We don’t have a quarantine set up (well, at least we didn’t a month ago).
The how the hell were we going to pull that off was the big question. But when you have a horse person who is good at chaos and logistics and a retired army leader, you get sh*t done.
I don’t usually quarantine my horses. I’m a big fan of letting horses be horses and getting them out with their herds ASAP. They’re happier, healthier, and easier to manage when they have friends. But more importantly, my horses come in from tracks or reputable farms where they are UTD on vaccinations and not passed around with who-knows-what diseases. Since Wine spent a week hanging out on a round bale with a variety of equines of all walks of life, and all points along the care to neglect spectrum, he could carry the dreaded S word (strangles), any form of equine corona virus, or EHV.
The money donated during the scramble to save Wine paid his bail and I covered his shipping to get him down to us and into the Stall 13 program that Wednesday. So Sunday night, we realized that by sunup on Wednesday (with the first real snowstorm slated for all day Tuesday) we had to have a space to safely quarantine Wine.
Cool. Basically T-24 hours. On it. Challenge set, and enter the community, stage left. Folks donated blankets, grooming gear, grain, and my awesome feed store rearranged schedules to ensure we had a round-pen dropped off Monday before dark. Taylor grabbed the drills and spare plywood and set to work transforming an old run-in into a deluxe, straw-bedded refuge from the cold. Lily, my working student, didn’t ask — she amended her schedule, hauled buckets of water, moved, and stood up panels with me until we had something safe that Wine could walk into.

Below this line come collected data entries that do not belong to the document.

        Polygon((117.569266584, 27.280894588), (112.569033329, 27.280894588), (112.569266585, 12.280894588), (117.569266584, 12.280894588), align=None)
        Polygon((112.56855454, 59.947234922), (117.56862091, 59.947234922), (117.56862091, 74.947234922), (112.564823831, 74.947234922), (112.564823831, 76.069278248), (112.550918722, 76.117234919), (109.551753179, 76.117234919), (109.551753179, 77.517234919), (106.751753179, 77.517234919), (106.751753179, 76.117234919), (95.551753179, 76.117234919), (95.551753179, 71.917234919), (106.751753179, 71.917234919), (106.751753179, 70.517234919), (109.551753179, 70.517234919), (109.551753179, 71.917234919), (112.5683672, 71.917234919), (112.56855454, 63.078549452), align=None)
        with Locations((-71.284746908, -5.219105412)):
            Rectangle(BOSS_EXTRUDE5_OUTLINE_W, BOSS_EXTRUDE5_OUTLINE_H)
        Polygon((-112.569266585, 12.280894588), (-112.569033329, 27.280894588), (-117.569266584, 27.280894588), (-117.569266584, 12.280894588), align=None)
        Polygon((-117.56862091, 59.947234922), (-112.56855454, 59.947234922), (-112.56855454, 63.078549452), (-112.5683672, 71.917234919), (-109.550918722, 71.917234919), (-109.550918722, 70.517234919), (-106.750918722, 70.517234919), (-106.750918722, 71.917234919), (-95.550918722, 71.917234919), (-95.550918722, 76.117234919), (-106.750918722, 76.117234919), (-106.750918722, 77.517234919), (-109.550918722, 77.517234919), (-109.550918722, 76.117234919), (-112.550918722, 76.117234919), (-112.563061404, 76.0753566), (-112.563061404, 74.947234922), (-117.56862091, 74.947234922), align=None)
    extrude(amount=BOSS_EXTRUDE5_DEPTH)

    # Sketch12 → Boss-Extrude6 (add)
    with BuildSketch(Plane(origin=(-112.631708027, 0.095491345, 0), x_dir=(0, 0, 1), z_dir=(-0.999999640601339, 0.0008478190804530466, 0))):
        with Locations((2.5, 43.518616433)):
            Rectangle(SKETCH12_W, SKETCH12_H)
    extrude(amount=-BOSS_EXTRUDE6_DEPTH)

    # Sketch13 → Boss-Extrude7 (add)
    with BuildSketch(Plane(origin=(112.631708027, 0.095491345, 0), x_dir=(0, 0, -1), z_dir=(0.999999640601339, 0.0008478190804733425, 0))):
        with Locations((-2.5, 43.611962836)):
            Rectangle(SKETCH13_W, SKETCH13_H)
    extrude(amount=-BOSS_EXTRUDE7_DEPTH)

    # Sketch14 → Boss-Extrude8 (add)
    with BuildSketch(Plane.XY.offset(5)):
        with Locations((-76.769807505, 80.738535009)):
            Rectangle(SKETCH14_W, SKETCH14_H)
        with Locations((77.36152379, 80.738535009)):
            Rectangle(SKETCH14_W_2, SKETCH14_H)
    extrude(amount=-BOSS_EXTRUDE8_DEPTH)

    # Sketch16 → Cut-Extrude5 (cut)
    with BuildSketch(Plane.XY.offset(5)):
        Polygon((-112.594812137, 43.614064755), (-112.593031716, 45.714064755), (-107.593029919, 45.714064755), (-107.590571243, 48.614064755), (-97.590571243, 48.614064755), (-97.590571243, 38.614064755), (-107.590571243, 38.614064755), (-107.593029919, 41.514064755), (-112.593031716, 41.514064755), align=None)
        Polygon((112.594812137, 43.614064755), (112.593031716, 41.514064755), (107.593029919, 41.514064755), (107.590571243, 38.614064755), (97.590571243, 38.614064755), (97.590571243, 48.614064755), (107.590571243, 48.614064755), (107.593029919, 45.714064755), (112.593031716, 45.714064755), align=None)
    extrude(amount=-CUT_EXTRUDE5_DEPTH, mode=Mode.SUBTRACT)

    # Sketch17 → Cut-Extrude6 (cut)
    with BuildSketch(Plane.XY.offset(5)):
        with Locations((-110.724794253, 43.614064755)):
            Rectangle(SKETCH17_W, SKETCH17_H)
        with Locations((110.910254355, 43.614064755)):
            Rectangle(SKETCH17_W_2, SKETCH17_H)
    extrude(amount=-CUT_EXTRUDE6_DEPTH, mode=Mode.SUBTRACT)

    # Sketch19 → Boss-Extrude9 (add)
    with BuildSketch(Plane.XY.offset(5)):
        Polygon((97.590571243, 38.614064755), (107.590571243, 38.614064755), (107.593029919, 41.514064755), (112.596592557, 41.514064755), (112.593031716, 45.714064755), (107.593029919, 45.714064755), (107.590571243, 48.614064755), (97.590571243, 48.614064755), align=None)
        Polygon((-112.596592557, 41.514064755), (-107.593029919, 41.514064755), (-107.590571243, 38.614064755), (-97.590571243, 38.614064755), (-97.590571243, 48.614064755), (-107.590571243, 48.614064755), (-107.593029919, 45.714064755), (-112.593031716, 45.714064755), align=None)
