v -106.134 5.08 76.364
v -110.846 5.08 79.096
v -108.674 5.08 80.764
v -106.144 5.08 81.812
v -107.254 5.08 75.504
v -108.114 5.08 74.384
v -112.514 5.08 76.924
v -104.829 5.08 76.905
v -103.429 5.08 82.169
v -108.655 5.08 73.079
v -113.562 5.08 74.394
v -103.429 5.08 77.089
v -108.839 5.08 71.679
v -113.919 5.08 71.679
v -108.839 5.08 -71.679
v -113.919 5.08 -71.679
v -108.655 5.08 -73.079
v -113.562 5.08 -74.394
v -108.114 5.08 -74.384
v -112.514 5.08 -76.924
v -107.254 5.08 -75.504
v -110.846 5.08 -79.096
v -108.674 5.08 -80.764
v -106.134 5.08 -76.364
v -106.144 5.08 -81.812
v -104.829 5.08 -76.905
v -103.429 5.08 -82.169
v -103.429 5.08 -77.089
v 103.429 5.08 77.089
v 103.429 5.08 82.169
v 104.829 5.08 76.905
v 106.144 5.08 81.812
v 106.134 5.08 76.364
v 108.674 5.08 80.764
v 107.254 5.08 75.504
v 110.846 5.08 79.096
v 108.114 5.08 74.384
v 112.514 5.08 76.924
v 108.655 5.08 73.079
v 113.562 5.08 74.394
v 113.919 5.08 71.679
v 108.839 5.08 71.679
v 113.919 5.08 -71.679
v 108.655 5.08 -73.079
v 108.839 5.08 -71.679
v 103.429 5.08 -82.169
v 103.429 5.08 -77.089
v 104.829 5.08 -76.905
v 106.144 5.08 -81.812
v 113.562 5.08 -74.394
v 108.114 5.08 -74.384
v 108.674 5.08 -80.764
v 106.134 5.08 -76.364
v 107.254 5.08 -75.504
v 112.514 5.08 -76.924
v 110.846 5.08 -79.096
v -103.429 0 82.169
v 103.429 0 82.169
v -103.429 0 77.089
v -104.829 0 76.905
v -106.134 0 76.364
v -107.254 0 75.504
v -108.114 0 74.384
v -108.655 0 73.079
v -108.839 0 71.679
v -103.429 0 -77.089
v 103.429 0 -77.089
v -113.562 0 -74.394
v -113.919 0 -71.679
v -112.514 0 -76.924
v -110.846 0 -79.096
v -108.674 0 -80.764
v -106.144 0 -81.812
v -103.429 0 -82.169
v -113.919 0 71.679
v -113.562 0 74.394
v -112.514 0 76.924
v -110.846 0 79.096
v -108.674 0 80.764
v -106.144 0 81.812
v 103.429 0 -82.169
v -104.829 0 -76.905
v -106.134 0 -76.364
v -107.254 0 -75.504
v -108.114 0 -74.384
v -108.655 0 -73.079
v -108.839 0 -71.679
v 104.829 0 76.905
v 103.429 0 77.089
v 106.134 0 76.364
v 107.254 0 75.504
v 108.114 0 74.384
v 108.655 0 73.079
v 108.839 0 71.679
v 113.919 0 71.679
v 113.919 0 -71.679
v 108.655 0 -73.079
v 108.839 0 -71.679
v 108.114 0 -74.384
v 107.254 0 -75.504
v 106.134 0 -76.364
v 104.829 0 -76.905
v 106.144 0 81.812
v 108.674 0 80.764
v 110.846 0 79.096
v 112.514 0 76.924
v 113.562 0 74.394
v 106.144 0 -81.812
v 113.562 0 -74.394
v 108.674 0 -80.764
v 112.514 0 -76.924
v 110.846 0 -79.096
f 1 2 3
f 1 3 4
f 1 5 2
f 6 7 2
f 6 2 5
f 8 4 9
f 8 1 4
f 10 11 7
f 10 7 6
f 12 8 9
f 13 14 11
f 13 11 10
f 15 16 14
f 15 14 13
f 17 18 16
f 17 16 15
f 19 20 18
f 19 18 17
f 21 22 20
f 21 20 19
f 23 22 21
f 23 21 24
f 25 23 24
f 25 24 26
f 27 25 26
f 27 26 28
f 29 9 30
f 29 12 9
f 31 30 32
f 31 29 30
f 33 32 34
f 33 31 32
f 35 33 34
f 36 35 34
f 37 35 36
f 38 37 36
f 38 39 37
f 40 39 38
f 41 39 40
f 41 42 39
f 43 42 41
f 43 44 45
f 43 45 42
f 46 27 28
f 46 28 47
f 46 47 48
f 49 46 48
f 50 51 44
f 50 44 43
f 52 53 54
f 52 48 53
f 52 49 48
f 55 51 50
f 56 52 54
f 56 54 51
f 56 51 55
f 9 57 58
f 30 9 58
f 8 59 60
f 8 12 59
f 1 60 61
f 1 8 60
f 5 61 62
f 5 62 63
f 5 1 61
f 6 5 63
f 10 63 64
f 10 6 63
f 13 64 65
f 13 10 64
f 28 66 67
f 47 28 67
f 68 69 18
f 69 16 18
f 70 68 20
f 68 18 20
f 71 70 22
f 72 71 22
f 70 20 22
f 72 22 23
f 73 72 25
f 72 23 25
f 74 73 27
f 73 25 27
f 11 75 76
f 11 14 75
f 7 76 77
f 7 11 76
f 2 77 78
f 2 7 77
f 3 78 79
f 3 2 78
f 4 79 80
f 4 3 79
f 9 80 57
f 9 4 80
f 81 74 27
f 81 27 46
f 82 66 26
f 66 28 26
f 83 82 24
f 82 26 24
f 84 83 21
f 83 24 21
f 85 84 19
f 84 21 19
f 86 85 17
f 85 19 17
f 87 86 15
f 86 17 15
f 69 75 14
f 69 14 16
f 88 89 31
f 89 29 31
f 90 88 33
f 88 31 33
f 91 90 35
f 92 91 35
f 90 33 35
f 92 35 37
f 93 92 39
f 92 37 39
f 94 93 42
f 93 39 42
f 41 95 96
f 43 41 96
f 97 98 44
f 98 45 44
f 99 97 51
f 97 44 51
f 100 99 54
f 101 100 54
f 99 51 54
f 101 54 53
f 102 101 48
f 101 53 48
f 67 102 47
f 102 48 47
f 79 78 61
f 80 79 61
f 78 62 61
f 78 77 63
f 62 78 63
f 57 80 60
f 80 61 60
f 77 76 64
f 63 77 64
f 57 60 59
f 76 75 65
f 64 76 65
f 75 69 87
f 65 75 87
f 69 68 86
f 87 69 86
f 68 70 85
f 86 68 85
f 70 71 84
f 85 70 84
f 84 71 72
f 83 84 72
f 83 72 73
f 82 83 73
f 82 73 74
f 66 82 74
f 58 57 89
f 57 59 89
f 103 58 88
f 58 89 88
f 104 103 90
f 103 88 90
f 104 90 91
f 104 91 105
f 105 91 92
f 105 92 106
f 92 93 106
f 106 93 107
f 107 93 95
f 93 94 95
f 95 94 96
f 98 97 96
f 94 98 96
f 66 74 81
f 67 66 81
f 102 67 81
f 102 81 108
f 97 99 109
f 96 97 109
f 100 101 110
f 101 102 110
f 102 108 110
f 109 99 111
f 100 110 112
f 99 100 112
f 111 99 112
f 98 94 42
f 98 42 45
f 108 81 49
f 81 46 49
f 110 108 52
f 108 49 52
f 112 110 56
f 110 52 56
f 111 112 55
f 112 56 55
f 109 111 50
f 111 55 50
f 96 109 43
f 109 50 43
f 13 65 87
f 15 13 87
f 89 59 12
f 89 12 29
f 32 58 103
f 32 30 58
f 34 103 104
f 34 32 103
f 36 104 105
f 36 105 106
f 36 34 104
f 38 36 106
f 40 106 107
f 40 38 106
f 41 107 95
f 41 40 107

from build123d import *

# Parameters (mm, degrees)
SKETCH1_W      = 227.838
SKETCH1_H      = 164.338
SKETCH1_W_2    = 217.678
SKETCH1_H_2    = 154.178
EXTRUDE1_DEPTH = 5.08
FILLET1_R      = 5.4102
FILLET2_R      = 10.4902


with BuildPart() as part:
    # Sketch1 → Extrude1 (new body)
    with BuildSketch(Plane(origin=(0, 0, 0), x_dir=(1, 0, 0), z_dir=(0, 1, 0))):
        Rectangle(SKETCH1_W, SKETCH1_H)
        Rectangle(SKETCH1_W_2, SKETCH1_H_2, mode=Mode.SUBTRACT)
    extrude(amount=EXTRUDE1_DEPTH)

    # Fillet1
    fillet1_edges = [part.edges().sort_by_distance(p)[0] for p in [
        (-108.839, 2.54, -77.089),
        (-108.839, 2.54, 77.089),
        (108.839, 2.54, 77.089),
        (108.839, 2.54, -77.089),
    ]]
    fillet(fillet1_edges, radius=FILLET1_R)

    # Fillet2
    fillet2_edges = [part.edges().sort_by_distance(p)[0] for p in [
        (-113.919, 2.54, -82.169),
        (113.919, 2.54, -82.169),
        (113.919, 2.54, 82.169),
        (-113.919, 2.54, 82.169),
    ]]
    fillet(fillet2_edges, radius=FILLET2_R)


solid = part.part
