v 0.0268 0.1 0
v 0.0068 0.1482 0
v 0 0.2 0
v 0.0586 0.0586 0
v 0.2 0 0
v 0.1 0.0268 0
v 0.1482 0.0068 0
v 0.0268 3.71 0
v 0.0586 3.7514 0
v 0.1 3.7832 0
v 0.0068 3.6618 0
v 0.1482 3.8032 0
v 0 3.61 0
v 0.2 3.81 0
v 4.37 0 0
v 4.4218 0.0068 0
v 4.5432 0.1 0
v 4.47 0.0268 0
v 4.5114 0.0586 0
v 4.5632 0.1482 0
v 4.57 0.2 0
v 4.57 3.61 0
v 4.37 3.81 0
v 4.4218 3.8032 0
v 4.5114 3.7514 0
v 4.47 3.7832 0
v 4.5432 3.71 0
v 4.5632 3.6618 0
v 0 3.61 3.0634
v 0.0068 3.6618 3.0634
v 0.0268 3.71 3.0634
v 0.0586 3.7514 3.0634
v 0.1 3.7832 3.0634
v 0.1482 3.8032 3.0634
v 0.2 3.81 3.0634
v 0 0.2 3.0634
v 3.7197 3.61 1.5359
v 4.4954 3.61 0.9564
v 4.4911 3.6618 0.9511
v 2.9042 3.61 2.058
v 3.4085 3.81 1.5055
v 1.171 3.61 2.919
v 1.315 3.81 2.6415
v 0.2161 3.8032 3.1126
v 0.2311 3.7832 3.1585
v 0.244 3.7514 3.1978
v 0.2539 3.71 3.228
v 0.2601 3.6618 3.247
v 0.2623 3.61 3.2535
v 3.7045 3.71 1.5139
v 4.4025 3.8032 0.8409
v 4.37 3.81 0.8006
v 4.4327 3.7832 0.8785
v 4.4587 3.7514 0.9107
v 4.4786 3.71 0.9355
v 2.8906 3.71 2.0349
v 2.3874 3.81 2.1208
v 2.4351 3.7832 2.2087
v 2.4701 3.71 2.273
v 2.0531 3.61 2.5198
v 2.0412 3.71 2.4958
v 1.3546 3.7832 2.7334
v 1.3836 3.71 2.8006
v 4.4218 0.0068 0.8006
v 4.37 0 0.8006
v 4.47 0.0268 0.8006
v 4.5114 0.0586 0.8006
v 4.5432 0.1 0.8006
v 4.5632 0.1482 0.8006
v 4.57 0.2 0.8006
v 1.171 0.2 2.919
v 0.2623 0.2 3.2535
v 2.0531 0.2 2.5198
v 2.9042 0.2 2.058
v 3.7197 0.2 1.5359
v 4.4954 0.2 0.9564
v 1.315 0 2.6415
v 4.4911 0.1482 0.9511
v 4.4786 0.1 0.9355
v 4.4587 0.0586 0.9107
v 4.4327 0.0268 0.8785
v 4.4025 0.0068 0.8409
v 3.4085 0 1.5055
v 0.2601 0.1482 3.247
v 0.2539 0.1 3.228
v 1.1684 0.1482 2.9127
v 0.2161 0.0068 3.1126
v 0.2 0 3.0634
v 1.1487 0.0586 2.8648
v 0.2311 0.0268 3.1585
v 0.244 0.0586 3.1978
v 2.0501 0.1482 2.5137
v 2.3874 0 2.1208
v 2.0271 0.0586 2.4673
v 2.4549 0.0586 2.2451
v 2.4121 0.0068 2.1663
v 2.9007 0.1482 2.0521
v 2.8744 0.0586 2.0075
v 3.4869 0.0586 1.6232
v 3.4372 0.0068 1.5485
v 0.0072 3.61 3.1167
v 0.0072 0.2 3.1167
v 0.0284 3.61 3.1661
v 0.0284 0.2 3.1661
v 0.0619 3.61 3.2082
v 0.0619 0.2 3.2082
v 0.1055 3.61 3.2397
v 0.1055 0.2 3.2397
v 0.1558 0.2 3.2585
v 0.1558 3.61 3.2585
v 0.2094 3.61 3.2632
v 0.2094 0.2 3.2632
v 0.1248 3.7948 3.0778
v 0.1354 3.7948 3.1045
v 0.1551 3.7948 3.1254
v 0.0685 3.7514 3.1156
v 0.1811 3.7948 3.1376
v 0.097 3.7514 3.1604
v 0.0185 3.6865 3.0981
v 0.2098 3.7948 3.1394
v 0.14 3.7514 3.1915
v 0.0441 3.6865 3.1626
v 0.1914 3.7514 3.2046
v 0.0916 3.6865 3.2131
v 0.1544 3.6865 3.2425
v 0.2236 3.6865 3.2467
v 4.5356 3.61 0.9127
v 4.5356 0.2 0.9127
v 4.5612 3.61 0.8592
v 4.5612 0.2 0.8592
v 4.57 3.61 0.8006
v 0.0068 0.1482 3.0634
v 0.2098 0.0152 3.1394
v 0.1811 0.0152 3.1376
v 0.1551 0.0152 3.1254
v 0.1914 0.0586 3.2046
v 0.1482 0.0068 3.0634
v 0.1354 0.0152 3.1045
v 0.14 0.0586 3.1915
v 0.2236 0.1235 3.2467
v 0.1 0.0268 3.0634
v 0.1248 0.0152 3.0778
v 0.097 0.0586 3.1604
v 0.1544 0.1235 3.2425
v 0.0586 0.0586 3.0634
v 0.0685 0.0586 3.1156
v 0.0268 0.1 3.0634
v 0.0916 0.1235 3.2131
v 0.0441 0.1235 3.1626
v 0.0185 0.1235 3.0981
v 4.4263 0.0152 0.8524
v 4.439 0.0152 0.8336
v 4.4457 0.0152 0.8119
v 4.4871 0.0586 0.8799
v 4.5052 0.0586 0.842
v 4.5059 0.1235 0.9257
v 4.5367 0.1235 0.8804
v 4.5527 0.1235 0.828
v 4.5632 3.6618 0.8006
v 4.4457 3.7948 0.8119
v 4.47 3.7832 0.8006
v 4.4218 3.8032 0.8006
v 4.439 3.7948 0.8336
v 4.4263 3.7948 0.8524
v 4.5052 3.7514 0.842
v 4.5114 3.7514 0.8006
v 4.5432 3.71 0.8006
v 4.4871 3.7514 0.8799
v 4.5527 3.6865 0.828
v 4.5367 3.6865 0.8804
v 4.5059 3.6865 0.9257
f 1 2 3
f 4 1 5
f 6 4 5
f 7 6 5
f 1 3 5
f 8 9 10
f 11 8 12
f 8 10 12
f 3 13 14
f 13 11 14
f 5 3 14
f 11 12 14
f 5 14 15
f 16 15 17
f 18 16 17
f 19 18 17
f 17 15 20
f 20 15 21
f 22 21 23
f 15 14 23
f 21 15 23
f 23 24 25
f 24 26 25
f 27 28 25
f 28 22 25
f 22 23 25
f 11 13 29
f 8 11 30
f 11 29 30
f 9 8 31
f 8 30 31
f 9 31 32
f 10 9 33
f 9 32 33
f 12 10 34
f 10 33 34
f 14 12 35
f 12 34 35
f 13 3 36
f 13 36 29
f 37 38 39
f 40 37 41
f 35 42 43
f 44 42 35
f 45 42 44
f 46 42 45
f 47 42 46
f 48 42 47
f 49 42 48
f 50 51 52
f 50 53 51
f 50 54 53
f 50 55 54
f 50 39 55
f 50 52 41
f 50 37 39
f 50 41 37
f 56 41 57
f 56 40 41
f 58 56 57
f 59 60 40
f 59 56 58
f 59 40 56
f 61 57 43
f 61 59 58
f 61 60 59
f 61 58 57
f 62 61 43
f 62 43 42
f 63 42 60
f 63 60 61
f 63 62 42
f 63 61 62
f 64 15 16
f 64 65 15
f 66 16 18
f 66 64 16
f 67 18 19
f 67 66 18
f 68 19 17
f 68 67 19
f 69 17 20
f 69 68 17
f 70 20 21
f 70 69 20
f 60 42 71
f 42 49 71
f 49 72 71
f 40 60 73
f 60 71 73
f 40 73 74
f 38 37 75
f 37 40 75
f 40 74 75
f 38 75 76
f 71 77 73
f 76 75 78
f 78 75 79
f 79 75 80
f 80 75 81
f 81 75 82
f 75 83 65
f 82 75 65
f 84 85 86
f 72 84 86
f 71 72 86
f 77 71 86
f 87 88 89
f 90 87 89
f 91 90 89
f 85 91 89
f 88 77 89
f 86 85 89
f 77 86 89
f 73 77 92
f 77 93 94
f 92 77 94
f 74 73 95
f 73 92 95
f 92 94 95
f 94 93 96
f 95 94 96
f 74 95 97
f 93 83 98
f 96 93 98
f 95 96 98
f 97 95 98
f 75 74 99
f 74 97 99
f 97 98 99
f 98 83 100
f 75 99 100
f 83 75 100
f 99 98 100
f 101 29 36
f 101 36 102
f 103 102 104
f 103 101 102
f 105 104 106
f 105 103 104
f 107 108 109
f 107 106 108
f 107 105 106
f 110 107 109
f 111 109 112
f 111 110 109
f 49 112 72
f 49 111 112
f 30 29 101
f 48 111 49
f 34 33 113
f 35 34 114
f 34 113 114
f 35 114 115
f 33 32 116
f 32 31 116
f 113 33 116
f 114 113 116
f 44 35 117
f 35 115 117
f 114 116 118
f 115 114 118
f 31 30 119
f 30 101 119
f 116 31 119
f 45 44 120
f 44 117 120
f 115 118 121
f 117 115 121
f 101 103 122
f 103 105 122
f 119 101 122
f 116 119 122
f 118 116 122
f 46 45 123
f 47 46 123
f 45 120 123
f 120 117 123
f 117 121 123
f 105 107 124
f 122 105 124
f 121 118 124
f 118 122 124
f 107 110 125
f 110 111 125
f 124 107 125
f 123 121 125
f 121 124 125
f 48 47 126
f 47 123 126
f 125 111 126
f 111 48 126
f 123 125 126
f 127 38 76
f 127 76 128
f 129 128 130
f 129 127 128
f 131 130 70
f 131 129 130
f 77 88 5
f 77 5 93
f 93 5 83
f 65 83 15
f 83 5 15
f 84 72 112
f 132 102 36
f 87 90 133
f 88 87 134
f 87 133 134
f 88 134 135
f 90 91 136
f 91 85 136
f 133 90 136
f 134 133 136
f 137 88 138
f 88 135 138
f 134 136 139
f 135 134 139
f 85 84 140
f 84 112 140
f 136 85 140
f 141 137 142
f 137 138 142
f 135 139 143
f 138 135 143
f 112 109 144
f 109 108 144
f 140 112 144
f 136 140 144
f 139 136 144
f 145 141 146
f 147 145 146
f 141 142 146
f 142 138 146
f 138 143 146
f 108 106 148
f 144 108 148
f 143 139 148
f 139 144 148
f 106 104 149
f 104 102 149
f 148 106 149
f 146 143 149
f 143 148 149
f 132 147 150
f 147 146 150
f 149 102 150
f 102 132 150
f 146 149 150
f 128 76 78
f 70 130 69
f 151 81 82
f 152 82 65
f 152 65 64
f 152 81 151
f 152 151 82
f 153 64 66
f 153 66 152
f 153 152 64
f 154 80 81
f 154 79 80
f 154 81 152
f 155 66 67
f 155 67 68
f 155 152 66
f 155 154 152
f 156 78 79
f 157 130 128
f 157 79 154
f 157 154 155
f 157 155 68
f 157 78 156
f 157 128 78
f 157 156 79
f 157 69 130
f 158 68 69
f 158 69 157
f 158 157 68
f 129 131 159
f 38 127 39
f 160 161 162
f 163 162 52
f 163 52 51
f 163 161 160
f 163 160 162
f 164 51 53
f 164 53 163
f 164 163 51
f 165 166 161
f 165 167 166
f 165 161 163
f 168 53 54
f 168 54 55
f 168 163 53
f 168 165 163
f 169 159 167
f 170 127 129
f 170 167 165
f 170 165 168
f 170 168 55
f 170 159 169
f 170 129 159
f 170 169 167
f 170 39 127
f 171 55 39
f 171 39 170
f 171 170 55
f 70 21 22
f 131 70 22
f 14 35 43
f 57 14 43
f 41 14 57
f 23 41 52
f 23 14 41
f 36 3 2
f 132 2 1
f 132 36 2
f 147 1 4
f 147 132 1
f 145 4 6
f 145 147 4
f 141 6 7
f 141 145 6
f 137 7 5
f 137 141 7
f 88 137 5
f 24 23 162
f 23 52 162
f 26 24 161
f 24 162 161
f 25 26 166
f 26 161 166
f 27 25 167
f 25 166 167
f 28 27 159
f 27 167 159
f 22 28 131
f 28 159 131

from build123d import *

# Parameters (mm, degrees)
SKETCH1_W           = 4.57
SKETCH1_H           = 3.81
BOSS_EXTRUDE1_DEPTH = 4
CUT_EXTRUDE1_DEPTH  = 10
FILLET1_R           = 0.2


with BuildPart() as part:
    # Sketch1 → Boss-Extrude1 (new body)
    with BuildSketch(Plane.XY):
        with Locations((2.285, 1.905)):
            Rectangle(SKETCH1_W, SKETCH1_H)
    extrude(amount=BOSS_EXTRUDE1_DEPTH)

    # Sketch2 → Cut-Extrude1 (cut)
    with BuildSketch(Plane.XZ):
        with BuildLine():
            ThreePointArc((0, 3.336462357), (2.404002198, 2.339004343), (4.57, 0.895881831))
            Line((4.57, 0.895881831), (4.57, 4))
            Line((4.57, 4), (0, 4))
            Line((0, 4), (0, 3.336462357))
        make_face()
    extrude(amount=-CUT_EXTRUDE1_DEPTH, mode=Mode.SUBTRACT)

    # Fillet1
    fillet1_edges = [part.edges().sort_by_distance(p)[0] for p in [
        (0, 3.81, 1.668231179),
        (4.57, 3.81, 0.447940916),
        (2.404002198, 3.81, 2.339004343),
        (4.57, 0, 0.447940916),
        (0, 0, 1.668231179),
        (4.57, 1.905, 0.895881831),
        (0, 1.905, 3.336462357),
        (2.404002198, 0, 2.339004343),
    ]]
    fillet(fillet1_edges, radius=FILLET1_R)


solid = part.part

So that Wednesday, December 3rd, Wine danced through fresh snow from the transport into his small, safe liminal space, about a quarter mile from the barn and 300-meters from the house. He weathered the cold well (that shed is WARM) and we worked out the kinks in how we run the process. And for those three weeks, I donned different clothes, gloves, hats, boots, and hauled his feed out twice a day, came back in scrubbed, changed clothes and went to work in the usual barn. It was a slog, sure. But the best part was watching Wine go from dull-eyed to quick-witted, fresh and funny.
The last three nights I have hiked out with his grain, called him, and he has answered with a nicker, squeal, and some sizable bucks and kicks around the pen. He’s pretty damn ready to be done with this. I think he’s quite going to like his Christmas present.
And so today, when Wine enters the barn, another horse, Datesfreedom gets a second chance (again). Dates is another Finger Lakes horse who ran til the end of the meet and was purchased by a seemingly responsible family. Within weeks, he found him self in a similar situation — traded for pennies on the dollar into an auction pipeline. With the help of the same wonderful network of track connections, Finger Lakes Finest voluneteers, and Stall 13 supporters, we paid his bail, and set up his shipping. On Tuesday we’ll begin again as a new kid will walk the same path from trailer to quarantine in order to get another shot at this whole retirement thing.

Datesfreedom has a similar story to Wine’s. His auction pipeline (photo below; track sale photo above) ended in Kentucky and he’ll be home soon. Graphic by Amanda Woomer for Stall 13.
In the meantime, Merry Christmas/Happy Holidays, and oh so apropos, “cheers” folks. May you be as happy as Wine when I turn him out with the buddies that he has spent the last month patiently watching from 30 feet away.